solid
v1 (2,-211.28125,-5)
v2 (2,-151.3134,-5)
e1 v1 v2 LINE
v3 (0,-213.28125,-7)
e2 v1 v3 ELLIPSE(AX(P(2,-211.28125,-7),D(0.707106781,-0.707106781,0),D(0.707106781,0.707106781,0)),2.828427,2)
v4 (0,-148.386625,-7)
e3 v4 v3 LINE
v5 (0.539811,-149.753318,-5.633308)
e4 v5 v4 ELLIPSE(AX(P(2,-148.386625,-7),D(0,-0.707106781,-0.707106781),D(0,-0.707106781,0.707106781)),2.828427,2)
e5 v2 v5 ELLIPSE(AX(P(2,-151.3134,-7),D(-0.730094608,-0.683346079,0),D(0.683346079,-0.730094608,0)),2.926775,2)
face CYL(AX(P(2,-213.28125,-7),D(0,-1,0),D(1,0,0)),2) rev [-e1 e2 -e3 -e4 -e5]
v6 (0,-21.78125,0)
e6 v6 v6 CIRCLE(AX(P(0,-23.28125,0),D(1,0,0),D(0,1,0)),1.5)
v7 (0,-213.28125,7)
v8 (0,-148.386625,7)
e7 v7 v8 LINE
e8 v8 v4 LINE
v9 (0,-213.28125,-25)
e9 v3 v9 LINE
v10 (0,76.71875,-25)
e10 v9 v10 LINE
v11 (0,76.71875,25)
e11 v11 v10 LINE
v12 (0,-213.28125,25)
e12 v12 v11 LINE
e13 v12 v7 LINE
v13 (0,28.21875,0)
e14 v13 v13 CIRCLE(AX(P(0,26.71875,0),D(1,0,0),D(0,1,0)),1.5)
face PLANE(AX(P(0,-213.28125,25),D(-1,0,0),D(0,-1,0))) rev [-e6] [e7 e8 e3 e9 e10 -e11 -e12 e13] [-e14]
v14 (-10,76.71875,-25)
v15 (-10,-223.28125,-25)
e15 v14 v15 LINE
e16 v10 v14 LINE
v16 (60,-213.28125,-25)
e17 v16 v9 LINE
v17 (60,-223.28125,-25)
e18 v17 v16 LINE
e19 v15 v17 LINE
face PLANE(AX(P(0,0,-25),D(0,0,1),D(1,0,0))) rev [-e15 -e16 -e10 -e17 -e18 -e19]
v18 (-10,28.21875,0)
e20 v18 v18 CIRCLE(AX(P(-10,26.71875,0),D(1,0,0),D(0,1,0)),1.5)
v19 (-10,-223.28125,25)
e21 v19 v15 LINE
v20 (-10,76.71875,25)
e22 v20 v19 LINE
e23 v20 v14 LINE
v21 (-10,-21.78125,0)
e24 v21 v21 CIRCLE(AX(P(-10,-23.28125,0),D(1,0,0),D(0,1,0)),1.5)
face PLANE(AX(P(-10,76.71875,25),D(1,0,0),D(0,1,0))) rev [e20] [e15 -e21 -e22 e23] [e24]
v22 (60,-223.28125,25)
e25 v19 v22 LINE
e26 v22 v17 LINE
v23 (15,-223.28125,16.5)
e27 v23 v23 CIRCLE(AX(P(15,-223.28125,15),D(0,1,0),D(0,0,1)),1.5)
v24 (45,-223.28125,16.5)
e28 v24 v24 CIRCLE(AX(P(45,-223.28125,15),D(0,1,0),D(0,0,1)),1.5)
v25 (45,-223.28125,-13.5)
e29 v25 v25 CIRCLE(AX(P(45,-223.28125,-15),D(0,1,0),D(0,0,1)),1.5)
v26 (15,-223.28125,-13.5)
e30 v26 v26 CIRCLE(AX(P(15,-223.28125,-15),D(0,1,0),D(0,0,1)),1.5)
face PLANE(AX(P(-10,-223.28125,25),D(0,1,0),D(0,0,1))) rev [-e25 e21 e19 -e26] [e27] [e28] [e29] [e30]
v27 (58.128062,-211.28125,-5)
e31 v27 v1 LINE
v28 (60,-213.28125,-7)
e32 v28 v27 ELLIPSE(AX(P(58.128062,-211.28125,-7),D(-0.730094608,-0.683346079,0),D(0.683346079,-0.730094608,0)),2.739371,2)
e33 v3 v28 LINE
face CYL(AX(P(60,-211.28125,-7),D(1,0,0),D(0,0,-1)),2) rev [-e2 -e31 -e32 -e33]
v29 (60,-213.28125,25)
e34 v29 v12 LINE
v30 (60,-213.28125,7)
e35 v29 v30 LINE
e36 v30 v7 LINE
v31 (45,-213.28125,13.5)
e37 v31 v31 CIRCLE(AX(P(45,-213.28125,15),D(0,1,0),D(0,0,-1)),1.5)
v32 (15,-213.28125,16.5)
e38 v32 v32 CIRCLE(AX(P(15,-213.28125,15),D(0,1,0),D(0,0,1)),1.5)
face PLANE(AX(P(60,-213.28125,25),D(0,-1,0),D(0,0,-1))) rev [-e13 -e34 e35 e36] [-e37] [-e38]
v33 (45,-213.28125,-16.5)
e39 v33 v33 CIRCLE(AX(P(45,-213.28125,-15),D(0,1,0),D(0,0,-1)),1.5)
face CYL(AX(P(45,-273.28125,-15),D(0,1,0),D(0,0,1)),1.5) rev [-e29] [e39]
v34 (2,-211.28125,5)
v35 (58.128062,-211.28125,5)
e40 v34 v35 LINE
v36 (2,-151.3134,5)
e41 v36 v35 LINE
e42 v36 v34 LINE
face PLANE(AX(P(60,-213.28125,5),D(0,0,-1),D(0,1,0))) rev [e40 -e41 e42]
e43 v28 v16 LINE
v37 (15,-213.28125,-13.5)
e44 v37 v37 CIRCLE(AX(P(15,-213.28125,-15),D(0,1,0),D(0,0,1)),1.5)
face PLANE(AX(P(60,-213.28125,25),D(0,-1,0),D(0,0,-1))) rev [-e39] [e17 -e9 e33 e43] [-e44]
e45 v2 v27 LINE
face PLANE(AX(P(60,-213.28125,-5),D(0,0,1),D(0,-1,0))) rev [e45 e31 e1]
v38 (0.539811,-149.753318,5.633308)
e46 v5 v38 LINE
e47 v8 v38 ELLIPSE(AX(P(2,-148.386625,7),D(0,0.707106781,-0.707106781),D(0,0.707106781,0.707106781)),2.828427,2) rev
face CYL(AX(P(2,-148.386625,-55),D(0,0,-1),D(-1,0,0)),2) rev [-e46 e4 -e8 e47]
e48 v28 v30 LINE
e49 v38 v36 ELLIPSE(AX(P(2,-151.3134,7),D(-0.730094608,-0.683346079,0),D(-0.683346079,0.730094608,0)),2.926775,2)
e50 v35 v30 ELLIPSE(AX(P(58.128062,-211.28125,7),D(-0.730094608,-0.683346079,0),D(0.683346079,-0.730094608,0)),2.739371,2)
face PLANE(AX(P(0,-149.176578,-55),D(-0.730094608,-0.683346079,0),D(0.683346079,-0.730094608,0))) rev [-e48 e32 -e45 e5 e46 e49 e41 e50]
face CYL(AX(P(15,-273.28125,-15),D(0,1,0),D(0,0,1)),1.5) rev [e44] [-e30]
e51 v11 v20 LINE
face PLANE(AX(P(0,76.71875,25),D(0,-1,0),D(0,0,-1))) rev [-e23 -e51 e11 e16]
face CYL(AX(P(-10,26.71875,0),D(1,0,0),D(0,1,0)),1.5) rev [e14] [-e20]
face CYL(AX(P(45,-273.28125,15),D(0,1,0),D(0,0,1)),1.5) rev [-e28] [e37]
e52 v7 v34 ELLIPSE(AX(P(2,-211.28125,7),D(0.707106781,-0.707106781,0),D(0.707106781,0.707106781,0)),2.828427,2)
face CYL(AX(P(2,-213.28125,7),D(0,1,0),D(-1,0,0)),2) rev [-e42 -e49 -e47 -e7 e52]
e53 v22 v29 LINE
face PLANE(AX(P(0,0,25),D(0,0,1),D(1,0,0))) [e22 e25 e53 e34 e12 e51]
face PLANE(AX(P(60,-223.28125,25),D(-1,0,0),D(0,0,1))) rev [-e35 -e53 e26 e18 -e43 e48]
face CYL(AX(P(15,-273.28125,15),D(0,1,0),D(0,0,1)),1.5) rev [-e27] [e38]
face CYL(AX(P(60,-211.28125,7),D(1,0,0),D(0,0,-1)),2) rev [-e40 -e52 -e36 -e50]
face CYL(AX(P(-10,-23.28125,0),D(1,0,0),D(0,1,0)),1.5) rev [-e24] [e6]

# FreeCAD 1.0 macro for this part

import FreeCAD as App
import Part
import Sketcher


def edges_at(feature, points):
    """Names of the edges that pass closest to the given points."""
    edges = feature.Shape.Edges
    near = lambda p: min(range(len(edges)), key=lambda i: edges[i].distToShape(Part.Vertex(*p))[0])
    return sorted({f"Edge{near(p) + 1}" for p in points})

doc = App.newDocument("Part")
body = doc.addObject("PartDesign::Body", "Body")

# Sketch on XY plane
sketch1 = body.newObject("Sketcher::SketchObject", "Sketch")
sketch1.AttachmentSupport = (doc.getObject("XY_Plane"), [""])
sketch1.MapMode = "FlatFace"
sketch1.addGeometry(Part.LineSegment(App.Vector(0, 77, 0), App.Vector(-10, 77, 0)), False)
sketch1.addGeometry(Part.LineSegment(App.Vector(-10, 77, 0), App.Vector(-10, -223, 0)), False)
sketch1.addGeometry(Part.LineSegment(App.Vector(-10, -223, 0), App.Vector(60, -223, 0)), False)
sketch1.addGeometry(Part.LineSegment(App.Vector(60, -223, 0), App.Vector(60, -213, 0)), False)
sketch1.addGeometry(Part.LineSegment(App.Vector(60, -213, 0), App.Vector(0, -213, 0)), False)
sketch1.addGeometry(Part.LineSegment(App.Vector(0, -213, 0), App.Vector(0, 77, 0)), False)
sketch1.addConstraint(Sketcher.Constraint("Coincident", 0, 2, 1, 1))
sketch1.addConstraint(Sketcher.Constraint("Coincident", 1, 2, 2, 1))
sketch1.addConstraint(Sketcher.Constraint("Coincident", 2, 2, 3, 1))
sketch1.addConstraint(Sketcher.Constraint("Coincident", 3, 2, 4, 1))
sketch1.addConstraint(Sketcher.Constraint("Coincident", 4, 2, 5, 1))
sketch1.addConstraint(Sketcher.Constraint("Coincident", 5, 2, 0, 1))
sketch1.addConstraint(Sketcher.Constraint("Horizontal", 0))
sketch1.addConstraint(Sketcher.Constraint("Vertical", 1))
sketch1.addConstraint(Sketcher.Constraint("Horizontal", 2))
sketch1.addConstraint(Sketcher.Constraint("Vertical", 3))
sketch1.addConstraint(Sketcher.Constraint("Horizontal", 4))
sketch1.addConstraint(Sketcher.Constraint("Vertical", 5))
sketch1.addConstraint(Sketcher.Constraint("PointOnObject", 4, 2, -2))
sketch1.addConstraint(Sketcher.Constraint("Equal", 0, 3))
sketch1.addConstraint(Sketcher.Constraint("DistanceX", 0, 2, 0, 1, 10.0))
sketch1.addConstraint(Sketcher.Constraint("DistanceX", 2, 1, 2, 2, 70.0))
sketch1.addConstraint(Sketcher.Constraint("DistanceY", 1, 2, 1, 1, 300.0))
sketch1.addConstraint(Sketcher.Constraint("DistanceY", -1, 1, 0, 2, 76.71875))
pad1 = body.newObject("PartDesign::Pad", "Pad")
pad1.Profile = sketch1
pad1.Length = 50
pad1.Midplane = True

# Sketch on YZ plane
sketch2 = body.newObject("Sketcher::SketchObject", "Sketch001")
sketch2.AttachmentSupport = (doc.getObject("YZ_Plane"), [""])
sketch2.MapMode = "FlatFace"
sketch2.addGeometry(Part.LineSegment(App.Vector(-149, 5, 0), App.Vector(-213, 5, 0)), False)
sketch2.addGeometry(Part.LineSegment(App.Vector(-213, 5, 0), App.Vector(-213, -5, 0)), False)
sketch2.addGeometry(Part.LineSegment(App.Vector(-213, -5, 0), App.Vector(-149, -5, 0)), False)
sketch2.addGeometry(Part.LineSegment(App.Vector(-149, -5, 0), App.Vector(-149, 5, 0)), False)
sketch2.addConstraint(Sketcher.Constraint("Coincident", 0, 2, 1, 1))
sketch2.addConstraint(Sketcher.Constraint("Coincident", 1, 2, 2, 1))
sketch2.addConstraint(Sketcher.Constraint("Coincident", 2, 2, 3, 1))
sketch2.addConstraint(Sketcher.Constraint("Coincident", 3, 2, 0, 1))
sketch2.addConstraint(Sketcher.Constraint("Horizontal", 0))
sketch2.addConstraint(Sketcher.Constraint("Vertical", 1))
sketch2.addConstraint(Sketcher.Constraint("Horizontal", 2))
sketch2.addConstraint(Sketcher.Constraint("Vertical", 3))
sketch2.addConstraint(Sketcher.Constraint("DistanceY", 1, 2, 1, 1, 10.0))
sketch2.addConstraint(Sketcher.Constraint("DistanceY", -1, 1, 0, 2, 5.0))
sketch2.addConstraint(Sketcher.Constraint("DistanceX", 0, 2, 0, 1, 64.104672))
sketch2.addConstraint(Sketcher.Constraint("DistanceX", 0, 2, -1, 1, 213.28125))
pad2 = body.newObject("PartDesign::Pad", "Pad001")
pad2.Profile = sketch2
pad2.Length = 60

# Sketch on XY plane
sketch3 = body.newObject("Sketcher::SketchObject", "Sketch002")
sketch3.AttachmentSupport = (doc.getObject("XY_Plane"), [""])
sketch3.MapMode = "FlatFace"
sketch3.AttachmentOffset = App.Placement(App.Vector(0, 0, 5), App.Rotation())
sketch3.addGeometry(Part.LineSegment(App.Vector(0, -149, 0), App.Vector(60, -213, 0)), False)
sketch3.addGeometry(Part.LineSegment(App.Vector(60, -213, 0), App.Vector(60, -149, 0)), False)
sketch3.addGeometry(Part.LineSegment(App.Vector(60, -149, 0), App.Vector(0, -149, 0)), False)
sketch3.addConstraint(Sketcher.Constraint("Coincident", 0, 2, 1, 1))
sketch3.addConstraint(Sketcher.Constraint("Coincident", 1, 2, 2, 1))
sketch3.addConstraint(Sketcher.Constraint("Coincident", 2, 2, 0, 1))
sketch3.addConstraint(Sketcher.Constraint("Vertical", 1))
sketch3.addConstraint(Sketcher.Constraint("Horizontal", 2))
sketch3.addConstraint(Sketcher.Constraint("PointOnObject", 2, 2, -2))
sketch3.addConstraint(Sketcher.Constraint("DistanceX", 2, 2, 2, 1, 60.0))
sketch3.addConstraint(Sketcher.Constraint("Distance", 0, 87.80324))
sketch3.addConstraint(Sketcher.Constraint("DistanceY", 0, 2, -1, 1, 213.28125))
pocket1 = body.newObject("PartDesign::Pocket", "Pocket")
pocket1.Profile = sketch3
pocket1.Length = 60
____
YOUR GOAL: Taking the material above, extract exactly and only the lines from the line with "v14 (-10,76.71875,-25)" to the line with "v27 (58.128062,-211.28125,-5)", inclusive of both.

WRITTEN RESPONSE:
v14 (-10,76.71875,-25)
v15 (-10,-223.28125,-25)
e15 v14 v15 LINE
e16 v10 v14 LINE
v16 (60,-213.28125,-25)
e17 v16 v9 LINE
v17 (60,-223.28125,-25)
e18 v17 v16 LINE
e19 v15 v17 LINE
face PLANE(AX(P(0,0,-25),D(0,0,1),D(1,0,0))) rev [-e15 -e16 -e10 -e17 -e18 -e19]
v18 (-10,28.21875,0)
e20 v18 v18 CIRCLE(AX(P(-10,26.71875,0),D(1,0,0),D(0,1,0)),1.5)
v19 (-10,-223.28125,25)
e21 v19 v15 LINE
v20 (-10,76.71875,25)
e22 v20 v19 LINE
e23 v20 v14 LINE
v21 (-10,-21.78125,0)
e24 v21 v21 CIRCLE(AX(P(-10,-23.28125,0),D(1,0,0),D(0,1,0)),1.5)
face PLANE(AX(P(-10,76.71875,25),D(1,0,0),D(0,1,0))) rev [e20] [e15 -e21 -e22 e23] [e24]
v22 (60,-223.28125,25)
e25 v19 v22 LINE
e26 v22 v17 LINE
v23 (15,-223.28125,16.5)
e27 v23 v23 CIRCLE(AX(P(15,-223.28125,15),D(0,1,0),D(0,0,1)),1.5)
v24 (45,-223.28125,16.5)
e28 v24 v24 CIRCLE(AX(P(45,-223.28125,15),D(0,1,0),D(0,0,1)),1.5)
v25 (45,-223.28125,-13.5)
e29 v25 v25 CIRCLE(AX(P(45,-223.28125,-15),D(0,1,0),D(0,0,1)),1.5)
v26 (15,-223.28125,-13.5)
e30 v26 v26 CIRCLE(AX(P(15,-223.28125,-15),D(0,1,0),D(0,0,1)),1.5)
face PLANE(AX(P(-10,-223.28125,25),D(0,1,0),D(0,0,1))) rev [-e25 e21 e19 -e26] [e27] [e28] [e29] [e30]
v27 (58.128062,-211.28125,-5)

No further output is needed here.